Coordinate Transformation Calculator

Exploring Geometric Transformations

Introduction (what this calculator does)

Coordinate transformations describe how a point or a whole figure moves on the coordinate plane. In school geometry, the most common single-step transformations are translations (slides), reflections (mirror flips), rotations (turns), and dilations (scales). This calculator focuses on transforming a single point, which is the building block for transforming polygons: you apply the same rule to every vertex.

The tool is designed for quick checks while studying congruence and similarity, verifying homework, or building intuition about how algebraic rules correspond to geometric motion. All calculations run locally in your browser, so you can use it in class, at home, or during a test review without installing anything.

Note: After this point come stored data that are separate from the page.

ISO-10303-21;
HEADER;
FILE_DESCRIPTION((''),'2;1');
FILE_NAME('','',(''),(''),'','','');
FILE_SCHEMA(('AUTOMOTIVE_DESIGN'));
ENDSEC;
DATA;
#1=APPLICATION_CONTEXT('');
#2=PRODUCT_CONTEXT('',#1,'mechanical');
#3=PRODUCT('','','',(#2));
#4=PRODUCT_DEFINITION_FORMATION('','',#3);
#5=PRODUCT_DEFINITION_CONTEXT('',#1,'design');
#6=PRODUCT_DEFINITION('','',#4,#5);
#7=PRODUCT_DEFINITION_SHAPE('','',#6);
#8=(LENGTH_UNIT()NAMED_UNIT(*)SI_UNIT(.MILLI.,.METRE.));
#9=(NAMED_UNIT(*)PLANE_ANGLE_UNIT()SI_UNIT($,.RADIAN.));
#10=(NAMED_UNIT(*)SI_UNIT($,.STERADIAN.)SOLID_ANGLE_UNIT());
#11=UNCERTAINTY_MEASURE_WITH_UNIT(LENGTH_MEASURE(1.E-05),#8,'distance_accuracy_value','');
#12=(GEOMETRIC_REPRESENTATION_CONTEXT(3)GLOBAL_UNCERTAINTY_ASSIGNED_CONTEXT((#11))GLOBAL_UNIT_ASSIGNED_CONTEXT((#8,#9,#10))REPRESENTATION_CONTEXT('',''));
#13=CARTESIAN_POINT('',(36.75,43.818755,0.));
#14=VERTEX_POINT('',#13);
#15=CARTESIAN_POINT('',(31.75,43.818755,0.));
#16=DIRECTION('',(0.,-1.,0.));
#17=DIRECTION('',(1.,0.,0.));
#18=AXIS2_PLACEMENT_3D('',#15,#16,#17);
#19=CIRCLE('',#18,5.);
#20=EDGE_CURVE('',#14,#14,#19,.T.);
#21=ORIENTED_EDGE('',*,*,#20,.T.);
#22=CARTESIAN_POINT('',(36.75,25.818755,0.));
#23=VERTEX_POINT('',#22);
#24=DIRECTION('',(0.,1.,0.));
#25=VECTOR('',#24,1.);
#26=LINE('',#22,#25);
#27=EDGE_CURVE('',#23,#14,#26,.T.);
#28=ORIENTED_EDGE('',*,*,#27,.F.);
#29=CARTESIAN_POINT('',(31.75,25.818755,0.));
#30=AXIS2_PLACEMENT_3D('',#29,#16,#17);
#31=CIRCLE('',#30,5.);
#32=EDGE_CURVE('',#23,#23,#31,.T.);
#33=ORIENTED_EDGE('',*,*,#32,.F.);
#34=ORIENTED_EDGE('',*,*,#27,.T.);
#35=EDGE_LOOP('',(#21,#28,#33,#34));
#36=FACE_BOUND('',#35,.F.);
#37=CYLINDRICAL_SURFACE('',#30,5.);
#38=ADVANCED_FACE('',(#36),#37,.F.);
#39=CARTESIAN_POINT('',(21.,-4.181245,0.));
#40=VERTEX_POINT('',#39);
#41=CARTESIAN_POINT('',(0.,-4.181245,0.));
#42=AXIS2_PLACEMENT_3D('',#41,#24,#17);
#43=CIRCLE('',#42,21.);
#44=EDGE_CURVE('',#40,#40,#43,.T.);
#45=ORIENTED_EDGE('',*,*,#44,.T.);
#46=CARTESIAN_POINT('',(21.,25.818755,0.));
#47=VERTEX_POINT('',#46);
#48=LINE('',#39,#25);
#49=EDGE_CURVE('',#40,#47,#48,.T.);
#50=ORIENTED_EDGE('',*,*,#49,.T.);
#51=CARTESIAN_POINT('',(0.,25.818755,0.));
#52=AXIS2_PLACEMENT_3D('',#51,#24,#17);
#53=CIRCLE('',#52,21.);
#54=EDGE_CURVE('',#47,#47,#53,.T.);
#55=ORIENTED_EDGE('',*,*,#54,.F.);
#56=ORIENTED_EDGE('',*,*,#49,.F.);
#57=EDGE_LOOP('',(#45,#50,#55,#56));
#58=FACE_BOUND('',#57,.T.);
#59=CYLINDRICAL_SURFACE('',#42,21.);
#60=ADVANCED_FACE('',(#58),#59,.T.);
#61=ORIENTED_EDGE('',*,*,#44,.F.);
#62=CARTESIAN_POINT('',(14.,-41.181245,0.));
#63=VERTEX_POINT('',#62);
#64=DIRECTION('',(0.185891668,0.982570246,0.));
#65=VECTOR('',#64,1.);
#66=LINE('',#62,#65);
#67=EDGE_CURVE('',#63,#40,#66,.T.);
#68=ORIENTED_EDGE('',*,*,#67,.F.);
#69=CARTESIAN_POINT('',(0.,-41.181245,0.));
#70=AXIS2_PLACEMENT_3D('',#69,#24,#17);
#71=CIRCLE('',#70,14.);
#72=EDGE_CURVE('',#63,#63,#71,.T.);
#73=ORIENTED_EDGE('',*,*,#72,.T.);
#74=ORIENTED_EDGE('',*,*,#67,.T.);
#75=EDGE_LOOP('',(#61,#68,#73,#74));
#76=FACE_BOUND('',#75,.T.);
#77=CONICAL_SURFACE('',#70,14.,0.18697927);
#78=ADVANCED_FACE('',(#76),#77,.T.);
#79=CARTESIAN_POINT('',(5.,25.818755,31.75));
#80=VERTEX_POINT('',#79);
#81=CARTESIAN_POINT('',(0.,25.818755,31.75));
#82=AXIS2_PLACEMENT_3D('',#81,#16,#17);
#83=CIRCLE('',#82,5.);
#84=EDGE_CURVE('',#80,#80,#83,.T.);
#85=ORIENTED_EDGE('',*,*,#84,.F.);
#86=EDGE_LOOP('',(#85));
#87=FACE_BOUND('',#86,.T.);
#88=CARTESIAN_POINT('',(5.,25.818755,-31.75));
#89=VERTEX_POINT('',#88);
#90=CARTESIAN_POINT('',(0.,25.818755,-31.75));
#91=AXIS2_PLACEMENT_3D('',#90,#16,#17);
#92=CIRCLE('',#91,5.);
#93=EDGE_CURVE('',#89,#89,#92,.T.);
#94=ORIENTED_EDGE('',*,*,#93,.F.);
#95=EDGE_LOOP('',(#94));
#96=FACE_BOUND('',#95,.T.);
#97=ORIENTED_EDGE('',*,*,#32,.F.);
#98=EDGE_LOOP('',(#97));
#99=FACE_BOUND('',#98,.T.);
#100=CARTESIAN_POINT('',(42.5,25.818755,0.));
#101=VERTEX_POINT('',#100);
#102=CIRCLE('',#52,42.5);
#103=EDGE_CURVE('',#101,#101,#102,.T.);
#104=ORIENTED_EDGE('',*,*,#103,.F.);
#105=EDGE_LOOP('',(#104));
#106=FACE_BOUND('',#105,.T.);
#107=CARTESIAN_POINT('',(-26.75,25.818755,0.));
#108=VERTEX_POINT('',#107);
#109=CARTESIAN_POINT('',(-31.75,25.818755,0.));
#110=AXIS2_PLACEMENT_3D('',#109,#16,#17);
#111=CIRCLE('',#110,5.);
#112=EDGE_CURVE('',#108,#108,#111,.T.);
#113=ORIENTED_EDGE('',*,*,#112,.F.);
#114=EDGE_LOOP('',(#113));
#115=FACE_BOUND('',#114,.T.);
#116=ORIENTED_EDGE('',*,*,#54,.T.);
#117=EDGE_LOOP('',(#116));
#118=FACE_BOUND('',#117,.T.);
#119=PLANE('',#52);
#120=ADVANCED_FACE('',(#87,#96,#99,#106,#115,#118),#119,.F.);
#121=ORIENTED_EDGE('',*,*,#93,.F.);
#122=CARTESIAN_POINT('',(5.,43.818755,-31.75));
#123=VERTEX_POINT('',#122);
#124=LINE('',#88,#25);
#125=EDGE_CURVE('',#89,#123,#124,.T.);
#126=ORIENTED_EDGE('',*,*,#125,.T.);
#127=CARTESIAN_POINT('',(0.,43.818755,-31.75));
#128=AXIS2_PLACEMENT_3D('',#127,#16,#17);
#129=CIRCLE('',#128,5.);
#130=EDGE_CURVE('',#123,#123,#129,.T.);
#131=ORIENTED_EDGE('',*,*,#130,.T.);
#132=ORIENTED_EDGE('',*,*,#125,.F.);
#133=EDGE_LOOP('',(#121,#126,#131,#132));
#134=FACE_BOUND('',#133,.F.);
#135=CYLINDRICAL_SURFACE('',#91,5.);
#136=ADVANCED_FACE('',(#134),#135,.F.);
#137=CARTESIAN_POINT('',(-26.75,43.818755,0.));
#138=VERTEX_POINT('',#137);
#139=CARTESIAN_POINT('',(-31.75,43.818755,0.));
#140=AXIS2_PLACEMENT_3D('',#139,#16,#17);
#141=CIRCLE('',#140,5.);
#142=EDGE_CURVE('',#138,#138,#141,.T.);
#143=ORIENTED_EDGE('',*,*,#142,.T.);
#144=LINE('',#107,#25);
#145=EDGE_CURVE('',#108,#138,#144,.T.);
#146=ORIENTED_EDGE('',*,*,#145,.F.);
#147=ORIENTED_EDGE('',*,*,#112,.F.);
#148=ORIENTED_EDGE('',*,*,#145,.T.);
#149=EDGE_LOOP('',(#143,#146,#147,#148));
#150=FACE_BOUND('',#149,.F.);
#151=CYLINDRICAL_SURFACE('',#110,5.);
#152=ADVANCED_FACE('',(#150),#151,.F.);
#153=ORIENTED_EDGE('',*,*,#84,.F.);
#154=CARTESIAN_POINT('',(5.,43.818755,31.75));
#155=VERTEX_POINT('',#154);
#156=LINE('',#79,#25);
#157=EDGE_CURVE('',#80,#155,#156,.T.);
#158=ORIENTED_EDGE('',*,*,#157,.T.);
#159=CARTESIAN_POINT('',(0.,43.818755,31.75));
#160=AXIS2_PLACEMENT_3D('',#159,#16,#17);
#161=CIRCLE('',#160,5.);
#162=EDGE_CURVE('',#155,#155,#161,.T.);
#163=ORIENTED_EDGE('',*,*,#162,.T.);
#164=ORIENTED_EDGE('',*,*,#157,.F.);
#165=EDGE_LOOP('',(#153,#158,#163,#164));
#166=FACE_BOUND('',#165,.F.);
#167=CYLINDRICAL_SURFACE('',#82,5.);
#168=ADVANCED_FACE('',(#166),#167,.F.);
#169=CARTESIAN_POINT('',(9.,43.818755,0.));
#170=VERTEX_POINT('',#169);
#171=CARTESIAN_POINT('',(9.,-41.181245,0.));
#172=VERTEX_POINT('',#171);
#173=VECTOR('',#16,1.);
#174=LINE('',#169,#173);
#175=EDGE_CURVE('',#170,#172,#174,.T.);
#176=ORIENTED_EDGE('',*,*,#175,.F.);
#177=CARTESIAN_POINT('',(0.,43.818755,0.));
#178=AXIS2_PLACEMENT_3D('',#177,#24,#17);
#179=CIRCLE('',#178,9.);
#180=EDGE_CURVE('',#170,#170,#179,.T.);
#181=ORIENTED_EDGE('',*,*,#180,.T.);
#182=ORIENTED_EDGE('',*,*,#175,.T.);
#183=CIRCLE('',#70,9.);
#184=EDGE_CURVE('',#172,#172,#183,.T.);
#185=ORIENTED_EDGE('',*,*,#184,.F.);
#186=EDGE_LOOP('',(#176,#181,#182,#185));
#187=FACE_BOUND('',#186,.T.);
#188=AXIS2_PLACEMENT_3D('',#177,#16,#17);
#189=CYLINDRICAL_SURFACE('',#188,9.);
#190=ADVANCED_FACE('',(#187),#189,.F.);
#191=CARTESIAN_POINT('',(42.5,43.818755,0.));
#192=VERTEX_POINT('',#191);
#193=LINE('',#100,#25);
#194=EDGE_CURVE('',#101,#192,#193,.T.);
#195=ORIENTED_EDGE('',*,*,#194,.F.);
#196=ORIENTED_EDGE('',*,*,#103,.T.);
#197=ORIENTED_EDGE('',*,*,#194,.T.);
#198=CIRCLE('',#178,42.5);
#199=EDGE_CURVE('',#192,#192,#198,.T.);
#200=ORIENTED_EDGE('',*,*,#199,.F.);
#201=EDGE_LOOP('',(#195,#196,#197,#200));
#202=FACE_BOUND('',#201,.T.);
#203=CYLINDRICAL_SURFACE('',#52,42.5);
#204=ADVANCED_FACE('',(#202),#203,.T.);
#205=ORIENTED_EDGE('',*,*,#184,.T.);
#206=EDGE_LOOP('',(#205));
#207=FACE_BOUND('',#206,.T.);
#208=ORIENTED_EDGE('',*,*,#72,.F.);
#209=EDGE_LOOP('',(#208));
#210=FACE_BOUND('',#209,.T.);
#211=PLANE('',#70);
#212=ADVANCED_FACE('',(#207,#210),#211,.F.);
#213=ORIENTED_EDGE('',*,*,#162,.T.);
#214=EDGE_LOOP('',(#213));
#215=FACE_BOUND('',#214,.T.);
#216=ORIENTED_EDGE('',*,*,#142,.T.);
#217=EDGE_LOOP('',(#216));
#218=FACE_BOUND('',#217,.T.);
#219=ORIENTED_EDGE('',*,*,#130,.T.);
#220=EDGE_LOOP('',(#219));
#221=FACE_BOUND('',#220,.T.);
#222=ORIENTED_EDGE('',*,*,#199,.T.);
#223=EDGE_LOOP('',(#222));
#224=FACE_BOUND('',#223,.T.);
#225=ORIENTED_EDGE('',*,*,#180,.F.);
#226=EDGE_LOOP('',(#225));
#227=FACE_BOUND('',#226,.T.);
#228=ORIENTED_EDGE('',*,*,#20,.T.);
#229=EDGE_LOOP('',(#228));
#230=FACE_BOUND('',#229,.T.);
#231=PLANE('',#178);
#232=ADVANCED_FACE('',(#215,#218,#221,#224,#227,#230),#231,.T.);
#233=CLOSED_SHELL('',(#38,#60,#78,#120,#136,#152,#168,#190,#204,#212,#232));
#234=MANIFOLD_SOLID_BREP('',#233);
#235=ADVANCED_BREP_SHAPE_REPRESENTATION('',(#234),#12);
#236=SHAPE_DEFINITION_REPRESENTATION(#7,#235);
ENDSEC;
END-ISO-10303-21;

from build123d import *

# Parameters (mm, degrees)
F2_R     = 5
F3_DEPTH = 18.001


with BuildPart() as f1:
    # F0 (on Top) → F1 (revolve)
    with BuildSketch(Plane.XY):
        Polygon((42.5, 43.818755), (9, 43.818755), (9, -41.181245), (14, -41.181245), (21, -4.181245), (21, 25.818755), (42.5, 25.818755), align=None)
    revolve(axis=Axis((0, -8.370262, 0), (0, 1, 0)))

    # F2 (on face) → F3 (cut, through all)
    with BuildSketch(Plane.XZ.offset(-25.818755)):
        with Locations((0, 31.75)):
            Circle(F2_R)
        with Locations((-31.75, 0)):
            Circle(F2_R)
        with Locations((0, -31.75)):
            Circle(F2_R)
        with Locations((31.75, 0)):
            Circle(F2_R)
    extrude(amount=-F3_DEPTH, mode=Mode.SUBTRACT)


solid = f1.part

The transformations implemented here are the standard “textbook” versions: translations by a horizontal and vertical amount, reflections across common axes/lines, rotations about the origin, and dilations from the origin. These are the same rules you see in coordinate geometry units and in many standardized exam questions.

How to use the calculator (step-by-step)

1. Type the original coordinates into Original x and Original y.
2. Select a Transformation type (translation, reflection, rotation, or dilation).
3. When extra inputs appear (for example dx, dy, angle, or scale factor), enter the values you want.
4. Press Transform to display the new point in the results panel.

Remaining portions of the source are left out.